The Origin of “Shadow Insider Trading”
Yesterday I asked if anyone could identify where the phrase “shadow insider trading” first originated (and offered a Securities Docket hat as a prize). The answer was yes, you absolutely could.
Many people quickly emailed me to share this law review article from July 2021 called “Shadow Trading.” The article states:
“We label the potential opportunities for employees at various levels of the firm (source firms) to profitably trade or disseminate private information about their business partners or competitors (target firms) as shadow trading.”
That turned out not to be the end of the story, however, because that article was previously released as a working paper back in 2015 — 6 years before the Panuwat case was even filed.
The first person to let me know about the 2015 paper’s use of the phrase — which appears to be the first use — was Jennifer Juergens of Cornerstone Research. Jennifer, you win the Securities Docket hat!
Clips ✂️
DeFi Exchange Uniswap Receives Enforcement Notice from the U.S. SEC
Decentralized crypto exchange Uniswap received a notice from the U.S. Securities and Exchange Commission (SEC) that it intends to pursue an enforcement action, the company disclosed on Wednesday.
Uniswap’s native token, UNI, dropped 9.5% immediately after the news.
Uniswap CEO Hayden Adams announced the receipt of the so-called Wells notice on X, saying he wasn’t surprised, “just annoyed, disappointed, and ready to fight.”
Wells notices are preliminary warnings that inform respondents of the charges the regulator is considering bringing against them.
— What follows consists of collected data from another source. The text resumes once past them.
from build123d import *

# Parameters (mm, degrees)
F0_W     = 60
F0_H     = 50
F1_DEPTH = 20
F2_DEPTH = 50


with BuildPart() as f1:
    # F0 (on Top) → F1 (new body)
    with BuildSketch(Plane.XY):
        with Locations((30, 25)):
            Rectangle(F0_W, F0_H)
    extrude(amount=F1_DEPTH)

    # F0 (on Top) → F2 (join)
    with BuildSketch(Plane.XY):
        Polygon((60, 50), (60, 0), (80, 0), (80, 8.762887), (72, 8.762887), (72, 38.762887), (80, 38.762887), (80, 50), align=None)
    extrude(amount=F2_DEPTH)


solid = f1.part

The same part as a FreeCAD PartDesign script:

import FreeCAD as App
import Part
import Sketcher

V = App.Vector

doc = App.newDocument("Part")
body = doc.addObject("PartDesign::Body", "Body")

sketch1 = body.newObject("Sketcher::SketchObject", "Sketch")
sketch1.AttachmentSupport = (doc.getObject("XY_Plane"), [""])
sketch1.MapMode = "FlatFace"
sketch1.addGeometry(Part.LineSegment(V(0, 50, 0), V(0, 0, 0)), False)
sketch1.addGeometry(Part.LineSegment(V(0, 0, 0), V(60, 0, 0)), False)
sketch1.addGeometry(Part.LineSegment(V(60, 0, 0), V(60, 50, 0)), False)
sketch1.addGeometry(Part.LineSegment(V(60, 50, 0), V(0, 50, 0)), False)
sketch1.addConstraint(Sketcher.Constraint("Coincident", 0, 2, 1, 1))
sketch1.addConstraint(Sketcher.Constraint("Coincident", 1, 2, 2, 1))
sketch1.addConstraint(Sketcher.Constraint("Coincident", 2, 2, 3, 1))
sketch1.addConstraint(Sketcher.Constraint("Coincident", 3, 2, 0, 1))
sketch1.addConstraint(Sketcher.Constraint("Vertical", 0))
sketch1.addConstraint(Sketcher.Constraint("Horizontal", 1))
sketch1.addConstraint(Sketcher.Constraint("Vertical", 2))
sketch1.addConstraint(Sketcher.Constraint("Horizontal", 3))
sketch1.addConstraint(Sketcher.Constraint("Coincident", 0, 2, -1, 1))
sketch1.addConstraint(Sketcher.Constraint("DistanceX", 1, 1, 1, 2, 60.0))
sketch1.addConstraint(Sketcher.Constraint("DistanceY", 0, 2, 0, 1, 50.0))
pad1 = body.newObject("PartDesign::Pad", "Pad")
pad1.Profile = sketch1
pad1.Length = 20

sketch2 = body.newObject("Sketcher::SketchObject", "Sketch001")
sketch2.AttachmentSupport = (doc.getObject("XY_Plane"), [""])
sketch2.MapMode = "FlatFace"
sketch2.addGeometry(Part.LineSegment(V(60, 50, 0), V(60, 0, 0)), False)
sketch2.addGeometry(Part.LineSegment(V(60, 0, 0), V(80, 0, 0)), False)
sketch2.addGeometry(Part.LineSegment(V(80, 0, 0), V(80, 9, 0)), False)
sketch2.addGeometry(Part.LineSegment(V(80, 9, 0), V(72, 9, 0)), False)
sketch2.addGeometry(Part.LineSegment(V(72, 9, 0), V(72, 39, 0)), False)
sketch2.addGeometry(Part.LineSegment(V(72, 39, 0), V(80, 39, 0)), False)
sketch2.addGeometry(Part.LineSegment(V(80, 39, 0), V(80, 50, 0)), False)
sketch2.addGeometry(Part.LineSegment(V(80, 50, 0), V(60, 50, 0)), False)
sketch2.addConstraint(Sketcher.Constraint("Coincident", 0, 2, 1, 1))
sketch2.addConstraint(Sketcher.Constraint("Coincident", 1, 2, 2, 1))
sketch2.addConstraint(Sketcher.Constraint("Coincident", 2, 2, 3, 1))
sketch2.addConstraint(Sketcher.Constraint("Coincident", 3, 2, 4, 1))
sketch2.addConstraint(Sketcher.Constraint("Coincident", 4, 2, 5, 1))
sketch2.addConstraint(Sketcher.Constraint("Coincident", 5, 2, 6, 1))
sketch2.addConstraint(Sketcher.Constraint("Coincident", 6, 2, 7, 1))
sketch2.addConstraint(Sketcher.Constraint("Coincident", 7, 2, 0, 1))
sketch2.addConstraint(Sketcher.Constraint("Vertical", 0))
sketch2.addConstraint(Sketcher.Constraint("Horizontal", 1))
sketch2.addConstraint(Sketcher.Constraint("Vertical", 2))
sketch2.addConstraint(Sketcher.Constraint("Horizontal", 3))
sketch2.addConstraint(Sketcher.Constraint("Vertical", 4))
sketch2.addConstraint(Sketcher.Constraint("Horizontal", 5))
sketch2.addConstraint(Sketcher.Constraint("Vertical", 6))
sketch2.addConstraint(Sketcher.Constraint("Horizontal", 7))
sketch2.addConstraint(Sketcher.Constraint("PointOnObject", 0, 2, -1))
sketch2.addConstraint(Sketcher.Constraint("Vertical", 2, 2, 5, 2))
sketch2.addConstraint(Sketcher.Constraint("DistanceX", 1, 1, 1, 2, 20.0))
sketch2.addConstraint(Sketcher.Constraint("DistanceX", 3, 2, 3, 1, 8.0))
sketch2.addConstraint(Sketcher.Constraint("DistanceY", 0, 2, 0, 1, 50.0))
sketch2.addConstraint(Sketcher.Constraint("DistanceY", 4, 1, 4, 2, 30.0))
sketch2.addConstraint(Sketcher.Constraint("DistanceX", -1, 1, 0, 2, 60.0))
sketch2.addConstraint(Sketcher.Constraint("DistanceY", 2, 1, 2, 2, 8.762887))
pad2 = body.newObject("PartDesign::Pad", "Pad001")
pad2.Profile = sketch2
pad2.Length = 50

doc.recompute()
They usually lead to enforcement actions.
In a press conference on Wednesday afternoon, Uniswap’s COO Mary-Catherine Lader and Chief Legal Officer Marvin Ammori told reporters that the content of the Wells notice was focused on Uniswap acting as an unregistered securities broker and unregistered securities exchange. It remains unclear whether Uniswap’s native token, UNI, was implicated as a potential security in the SEC’s notice.
👉 In a blog post, Uniswap asserted that “this is the latest political effort to target even the best actors building technology on blockchains.”
Uniswap’s Chief Legal Officer wrote on X that this was “another abuse of power” and “unsurprising” from the SEC. Its CEO added that he believed Uniswap does a “far better job” of protecting investors than the SEC.
All of this was too much for John Stark, who wrote:
“Any SEC lawyer will agree that responding to a Wells by berating the SEC, calling them names, etc. is a weak, risky and losing strategy, exacerbated in this case by Uniswap’s recanting of the tired, anemic, old and failed monologue chiding the SEC’s abuse of power’ and lambasting the SEC’s ‘anti-innovative enforcement paradigm.’”
KPMG Fined Record $25 Million in Exam-Cheating Scandal
KPMG’s Netherlands unit agreed to pay a $25 million fine over claims of exam cheating and misinforming investigators, the largest monetary penalty imposed on an auditing firm by the Public Company Accounting Oversight Board.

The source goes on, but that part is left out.